Es wird viel (viel, viel) über die Frage der richtigen Proteinzufuhr diskutiert, aber die aktuellen täglichen Richtwerte liegen bei 0,8 Gramm pro Kilogramm Körpergewicht. Für eine 180-Pfund-Person bedeutet das, dass sie etwa 65 Gramm pro Tag zu sich nimmt. Dieser Wert steht in krassem Gegensatz zu dem, was Osborne als durchschnittliche „Tagesration“ im frühen 20. Jahrhundert bezeichnete: „ungefähr dreieinhalb Unzen Zucker, viereinhalb Unzen Fett, achteinhalb Unzen Mehl und …“ dreieinhalb Unzen“ – oder etwa 99 Gramm – „Protein“.

Osborne argumentierte, dass Menschen auf der grundlegendsten Ebene wissen, was und wie viel sie essen sollen. Wenn wir in einer Art von Nahrung nicht die Art von Protein bekommen, die wir brauchen, versuchen wir instinktiv, es durch eine andere Quelle zu ergänzen, so seine These. Aber manchmal essen wir immer noch mehr Protein, als wir brauchen. „Unser Instinkt versichert uns einen Sicherheitsspielraum, der zweifellos größer ist als nötig, aber wie viel größer, weiß niemand“, schrieb er.
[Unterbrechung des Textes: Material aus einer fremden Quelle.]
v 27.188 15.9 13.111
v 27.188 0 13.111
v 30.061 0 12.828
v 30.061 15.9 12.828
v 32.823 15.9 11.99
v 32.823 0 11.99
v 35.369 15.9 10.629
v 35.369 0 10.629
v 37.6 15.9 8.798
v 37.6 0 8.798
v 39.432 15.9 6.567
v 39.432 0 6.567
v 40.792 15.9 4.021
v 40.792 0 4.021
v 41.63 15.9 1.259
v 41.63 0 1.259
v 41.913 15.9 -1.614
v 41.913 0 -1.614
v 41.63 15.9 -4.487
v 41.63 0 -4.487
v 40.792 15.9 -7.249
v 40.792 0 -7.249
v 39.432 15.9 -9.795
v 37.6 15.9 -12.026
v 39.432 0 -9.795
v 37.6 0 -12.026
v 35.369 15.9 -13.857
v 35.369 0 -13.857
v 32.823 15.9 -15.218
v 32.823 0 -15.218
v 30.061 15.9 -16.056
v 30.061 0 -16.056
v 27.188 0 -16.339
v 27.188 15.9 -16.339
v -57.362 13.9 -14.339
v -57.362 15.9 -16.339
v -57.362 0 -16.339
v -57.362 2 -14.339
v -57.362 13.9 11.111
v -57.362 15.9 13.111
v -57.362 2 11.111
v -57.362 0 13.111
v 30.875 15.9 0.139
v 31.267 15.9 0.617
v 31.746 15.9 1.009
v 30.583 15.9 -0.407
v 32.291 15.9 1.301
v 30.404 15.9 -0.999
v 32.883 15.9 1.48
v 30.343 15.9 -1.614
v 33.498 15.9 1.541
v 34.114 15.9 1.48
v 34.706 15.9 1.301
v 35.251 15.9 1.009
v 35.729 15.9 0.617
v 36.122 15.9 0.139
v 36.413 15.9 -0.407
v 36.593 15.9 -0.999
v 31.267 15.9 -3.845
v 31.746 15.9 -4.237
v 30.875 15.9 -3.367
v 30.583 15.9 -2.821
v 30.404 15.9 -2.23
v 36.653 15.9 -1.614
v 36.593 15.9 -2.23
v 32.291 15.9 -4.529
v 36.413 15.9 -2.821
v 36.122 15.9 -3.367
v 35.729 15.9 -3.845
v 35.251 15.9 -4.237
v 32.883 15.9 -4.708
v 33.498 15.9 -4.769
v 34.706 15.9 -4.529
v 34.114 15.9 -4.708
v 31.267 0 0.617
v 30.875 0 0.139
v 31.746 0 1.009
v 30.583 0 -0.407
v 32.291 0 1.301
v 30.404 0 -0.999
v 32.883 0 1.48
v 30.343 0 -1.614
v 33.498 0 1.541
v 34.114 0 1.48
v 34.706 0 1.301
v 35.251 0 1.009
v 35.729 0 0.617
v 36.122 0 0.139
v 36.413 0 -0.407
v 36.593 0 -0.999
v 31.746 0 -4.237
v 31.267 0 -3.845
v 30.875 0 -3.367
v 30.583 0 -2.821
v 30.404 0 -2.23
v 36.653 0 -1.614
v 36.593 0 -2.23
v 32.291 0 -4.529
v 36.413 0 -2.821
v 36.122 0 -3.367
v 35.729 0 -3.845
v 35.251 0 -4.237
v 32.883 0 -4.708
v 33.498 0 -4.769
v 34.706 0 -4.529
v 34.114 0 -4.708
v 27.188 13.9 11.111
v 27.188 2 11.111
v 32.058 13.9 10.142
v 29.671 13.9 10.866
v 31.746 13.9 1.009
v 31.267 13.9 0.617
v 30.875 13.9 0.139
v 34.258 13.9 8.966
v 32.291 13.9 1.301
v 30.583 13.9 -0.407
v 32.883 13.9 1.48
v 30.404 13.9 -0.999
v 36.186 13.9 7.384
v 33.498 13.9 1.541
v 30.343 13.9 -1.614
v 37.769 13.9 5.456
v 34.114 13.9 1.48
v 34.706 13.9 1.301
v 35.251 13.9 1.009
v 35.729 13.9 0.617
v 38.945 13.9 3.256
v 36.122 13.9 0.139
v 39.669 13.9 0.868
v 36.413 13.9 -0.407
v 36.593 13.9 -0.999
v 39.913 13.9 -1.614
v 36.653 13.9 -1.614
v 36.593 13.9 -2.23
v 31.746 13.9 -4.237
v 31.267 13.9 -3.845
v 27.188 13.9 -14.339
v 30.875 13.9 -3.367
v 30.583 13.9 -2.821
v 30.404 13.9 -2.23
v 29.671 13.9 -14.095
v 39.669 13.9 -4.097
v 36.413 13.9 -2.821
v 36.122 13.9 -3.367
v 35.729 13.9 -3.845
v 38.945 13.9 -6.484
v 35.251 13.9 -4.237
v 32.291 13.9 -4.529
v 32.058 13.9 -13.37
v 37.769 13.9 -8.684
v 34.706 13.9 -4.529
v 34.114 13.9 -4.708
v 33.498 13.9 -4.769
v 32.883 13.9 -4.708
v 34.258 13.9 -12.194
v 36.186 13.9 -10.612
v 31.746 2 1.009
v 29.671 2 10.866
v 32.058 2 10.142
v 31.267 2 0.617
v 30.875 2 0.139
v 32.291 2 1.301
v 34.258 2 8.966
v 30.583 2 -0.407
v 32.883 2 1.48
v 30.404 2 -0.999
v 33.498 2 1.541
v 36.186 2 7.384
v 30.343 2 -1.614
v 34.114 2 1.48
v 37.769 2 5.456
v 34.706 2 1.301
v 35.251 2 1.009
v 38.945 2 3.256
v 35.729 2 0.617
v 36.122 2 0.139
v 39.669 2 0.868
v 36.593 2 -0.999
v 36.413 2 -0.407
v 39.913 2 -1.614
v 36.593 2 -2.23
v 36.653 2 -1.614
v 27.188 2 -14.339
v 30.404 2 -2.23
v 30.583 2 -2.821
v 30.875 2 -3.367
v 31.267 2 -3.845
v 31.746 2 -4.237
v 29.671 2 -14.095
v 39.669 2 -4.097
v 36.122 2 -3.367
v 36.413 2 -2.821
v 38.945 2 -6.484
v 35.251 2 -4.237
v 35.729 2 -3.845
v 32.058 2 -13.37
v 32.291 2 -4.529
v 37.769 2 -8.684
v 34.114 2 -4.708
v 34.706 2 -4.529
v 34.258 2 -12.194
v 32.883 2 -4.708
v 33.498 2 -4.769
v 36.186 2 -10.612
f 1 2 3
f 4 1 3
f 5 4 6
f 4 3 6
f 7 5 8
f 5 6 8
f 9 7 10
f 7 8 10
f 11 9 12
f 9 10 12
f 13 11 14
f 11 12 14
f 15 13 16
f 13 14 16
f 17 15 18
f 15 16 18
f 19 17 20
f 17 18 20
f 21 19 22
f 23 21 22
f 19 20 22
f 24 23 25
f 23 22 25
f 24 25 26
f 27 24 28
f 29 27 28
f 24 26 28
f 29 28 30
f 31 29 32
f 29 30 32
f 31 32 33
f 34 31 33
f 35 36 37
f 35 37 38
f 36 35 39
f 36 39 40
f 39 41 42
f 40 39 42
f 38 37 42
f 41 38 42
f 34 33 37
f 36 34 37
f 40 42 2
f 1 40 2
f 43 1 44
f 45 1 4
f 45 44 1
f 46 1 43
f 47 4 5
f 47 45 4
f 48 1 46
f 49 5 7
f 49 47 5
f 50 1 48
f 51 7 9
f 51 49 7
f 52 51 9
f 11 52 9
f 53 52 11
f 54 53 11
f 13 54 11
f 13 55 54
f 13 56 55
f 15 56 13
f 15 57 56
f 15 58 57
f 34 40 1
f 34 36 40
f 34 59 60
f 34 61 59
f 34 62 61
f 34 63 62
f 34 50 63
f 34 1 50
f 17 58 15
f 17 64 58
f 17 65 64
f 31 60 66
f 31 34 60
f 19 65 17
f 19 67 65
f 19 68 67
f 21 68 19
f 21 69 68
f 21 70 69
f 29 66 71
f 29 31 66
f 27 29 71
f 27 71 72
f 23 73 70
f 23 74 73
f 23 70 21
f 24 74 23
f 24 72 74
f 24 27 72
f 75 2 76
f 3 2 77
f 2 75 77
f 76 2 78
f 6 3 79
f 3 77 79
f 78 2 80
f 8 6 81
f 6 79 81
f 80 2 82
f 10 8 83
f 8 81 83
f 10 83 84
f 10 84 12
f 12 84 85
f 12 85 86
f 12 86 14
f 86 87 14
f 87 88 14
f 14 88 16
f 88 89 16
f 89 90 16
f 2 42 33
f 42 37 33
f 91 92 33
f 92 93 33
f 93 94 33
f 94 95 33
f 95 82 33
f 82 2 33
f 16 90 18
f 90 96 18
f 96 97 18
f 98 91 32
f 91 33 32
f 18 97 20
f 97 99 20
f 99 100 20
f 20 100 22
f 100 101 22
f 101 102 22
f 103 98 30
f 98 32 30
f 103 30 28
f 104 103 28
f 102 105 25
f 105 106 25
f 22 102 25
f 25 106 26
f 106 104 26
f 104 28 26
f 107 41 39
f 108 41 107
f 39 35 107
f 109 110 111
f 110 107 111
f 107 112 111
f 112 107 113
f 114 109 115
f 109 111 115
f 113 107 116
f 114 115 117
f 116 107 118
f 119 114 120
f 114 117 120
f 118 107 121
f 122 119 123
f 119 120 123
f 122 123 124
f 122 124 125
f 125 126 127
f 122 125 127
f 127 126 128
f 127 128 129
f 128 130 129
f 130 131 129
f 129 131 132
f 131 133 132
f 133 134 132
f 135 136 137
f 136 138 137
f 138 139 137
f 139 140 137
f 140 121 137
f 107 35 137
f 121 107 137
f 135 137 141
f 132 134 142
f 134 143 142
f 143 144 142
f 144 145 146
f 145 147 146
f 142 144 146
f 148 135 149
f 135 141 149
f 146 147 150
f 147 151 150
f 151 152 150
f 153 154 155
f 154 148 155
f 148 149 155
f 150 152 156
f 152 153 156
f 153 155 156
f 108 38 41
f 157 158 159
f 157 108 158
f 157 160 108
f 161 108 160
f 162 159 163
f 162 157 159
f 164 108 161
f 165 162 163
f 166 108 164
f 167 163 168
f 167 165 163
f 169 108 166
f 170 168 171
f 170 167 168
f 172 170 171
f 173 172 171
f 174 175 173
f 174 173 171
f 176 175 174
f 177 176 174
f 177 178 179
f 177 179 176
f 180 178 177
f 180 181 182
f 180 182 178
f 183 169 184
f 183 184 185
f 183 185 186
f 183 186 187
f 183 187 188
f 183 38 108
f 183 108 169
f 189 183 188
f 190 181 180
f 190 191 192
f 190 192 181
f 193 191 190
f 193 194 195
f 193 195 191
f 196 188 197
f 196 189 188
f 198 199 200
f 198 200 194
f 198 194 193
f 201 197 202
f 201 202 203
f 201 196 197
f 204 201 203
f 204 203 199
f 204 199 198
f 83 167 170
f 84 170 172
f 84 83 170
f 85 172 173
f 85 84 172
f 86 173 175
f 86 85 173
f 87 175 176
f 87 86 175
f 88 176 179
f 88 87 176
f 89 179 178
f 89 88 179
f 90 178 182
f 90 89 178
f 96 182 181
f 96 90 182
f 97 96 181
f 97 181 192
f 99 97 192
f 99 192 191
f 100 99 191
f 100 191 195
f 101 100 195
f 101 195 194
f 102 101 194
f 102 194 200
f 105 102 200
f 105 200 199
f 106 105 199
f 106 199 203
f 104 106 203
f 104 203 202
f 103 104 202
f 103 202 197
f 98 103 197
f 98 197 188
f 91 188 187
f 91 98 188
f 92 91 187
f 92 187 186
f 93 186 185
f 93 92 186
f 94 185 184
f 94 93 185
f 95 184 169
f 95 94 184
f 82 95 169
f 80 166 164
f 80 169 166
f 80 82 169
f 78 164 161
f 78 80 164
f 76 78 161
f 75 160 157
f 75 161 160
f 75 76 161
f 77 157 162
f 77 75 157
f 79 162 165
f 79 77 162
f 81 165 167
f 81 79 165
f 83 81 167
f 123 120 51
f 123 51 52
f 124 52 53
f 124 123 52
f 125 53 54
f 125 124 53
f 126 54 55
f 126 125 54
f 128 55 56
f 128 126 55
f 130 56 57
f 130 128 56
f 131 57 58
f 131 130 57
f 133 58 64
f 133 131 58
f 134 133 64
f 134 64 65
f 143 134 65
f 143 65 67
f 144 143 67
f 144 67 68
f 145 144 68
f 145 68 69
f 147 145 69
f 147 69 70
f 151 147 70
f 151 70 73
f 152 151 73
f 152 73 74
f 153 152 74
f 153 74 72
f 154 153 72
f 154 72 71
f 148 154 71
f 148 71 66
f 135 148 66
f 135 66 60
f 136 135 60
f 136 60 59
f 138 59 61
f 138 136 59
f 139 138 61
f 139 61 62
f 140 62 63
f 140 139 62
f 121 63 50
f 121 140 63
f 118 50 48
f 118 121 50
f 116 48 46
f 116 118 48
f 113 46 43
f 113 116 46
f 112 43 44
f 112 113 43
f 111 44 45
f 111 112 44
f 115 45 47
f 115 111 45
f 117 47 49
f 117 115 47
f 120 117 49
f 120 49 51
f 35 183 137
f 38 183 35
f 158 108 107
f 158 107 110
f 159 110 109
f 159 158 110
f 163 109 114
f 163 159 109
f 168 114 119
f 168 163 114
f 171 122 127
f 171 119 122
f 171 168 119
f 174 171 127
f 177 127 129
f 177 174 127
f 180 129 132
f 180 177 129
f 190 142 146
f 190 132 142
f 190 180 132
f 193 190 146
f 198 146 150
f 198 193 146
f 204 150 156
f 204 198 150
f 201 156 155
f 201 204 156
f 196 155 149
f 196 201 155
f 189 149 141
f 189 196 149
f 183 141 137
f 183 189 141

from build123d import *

# Parameters (mm, degrees)
SKETCH1_R                = 3.155
BOSS_EXTRUDE7_DEPTH      = 15.9
SHELL1_T                 = -2
CUT_EXTRUDE5_START       = 2
CUT_EXTRUDE5_OUTLINE_R   = 5.155
CUT_EXTRUDE5_OUTLINE_R_2 = 3.155
CUT_EXTRUDE5_DEPTH       = 11.9


# Read off the part's stored shape, not the designer's step: Cut-Extrude5
with BuildPart() as part:
    # Sketch1 → Boss-Extrude7 (new body)
    with BuildSketch(Plane(origin=(0, 0, 0), x_dir=(1, 0, 0), z_dir=(0, 1, 0))):
        with BuildLine():
            Line((-57.361665301, -13.110958237), (27.188334699, -13.110958237))
            ThreePointArc((27.188334699, -13.110958237), (41.913334699, 1.614041763), (27.188334699, 16.339041763))
            Line((27.188334699, 16.339041763), (-57.361665301, 16.339041763))
            Line((-57.361665301, 16.339041763), (-57.361665301, -13.110958237))
        make_face()
        with Locations(Location((33.498334699, 1.614041763, 0), (0, 0, 270))):
            Circle(SKETCH1_R, mode=Mode.SUBTRACT)
    extrude(amount=BOSS_EXTRUDE7_DEPTH)

    # Shell1
    shell1_openings = [part.faces().sort_by_distance(p)[0] for p in [
        (-57.361665301, 7.95, -1.614041763),
    ]]
    offset(amount=SHELL1_T, openings=shell1_openings, kind=Kind.INTERSECTION)

    # Cut-Extrude5 outline → Cut-Extrude5 (cut)
    with BuildSketch(Plane(origin=(0, 0, 0), x_dir=(1, 0, 0), z_dir=(0, 1, 0)).offset(CUT_EXTRUDE5_START)):
        with Locations((33.498334699, 1.614041763)):
            Circle(CUT_EXTRUDE5_OUTLINE_R)
        with Locations((33.498334699, 1.614041763)):
            Circle(CUT_EXTRUDE5_OUTLINE_R_2, mode=Mode.SUBTRACT)
    extrude(amount=CUT_EXTRUDE5_DEPTH, mode=Mode.SUBTRACT)


solid = part.part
Seine Denkweise spiegelt einen Trend wider, der sich in den letzten Jahren durchgesetzt hat: intuitives Essen, ein Ansatz, der darauf beruht, auf die Signale des Körpers für Hunger und Sättigung zu achten. Den Praktikern wird beigebracht, das zu konsumieren, was sie sättigt, und sie prangern das Kalorienzählen der Diätkultur an, eine inhärente Einschränkung unseres Essinstinkts. Auch bei Food-Trends gibt es meist nichts Neues auf dem Teller.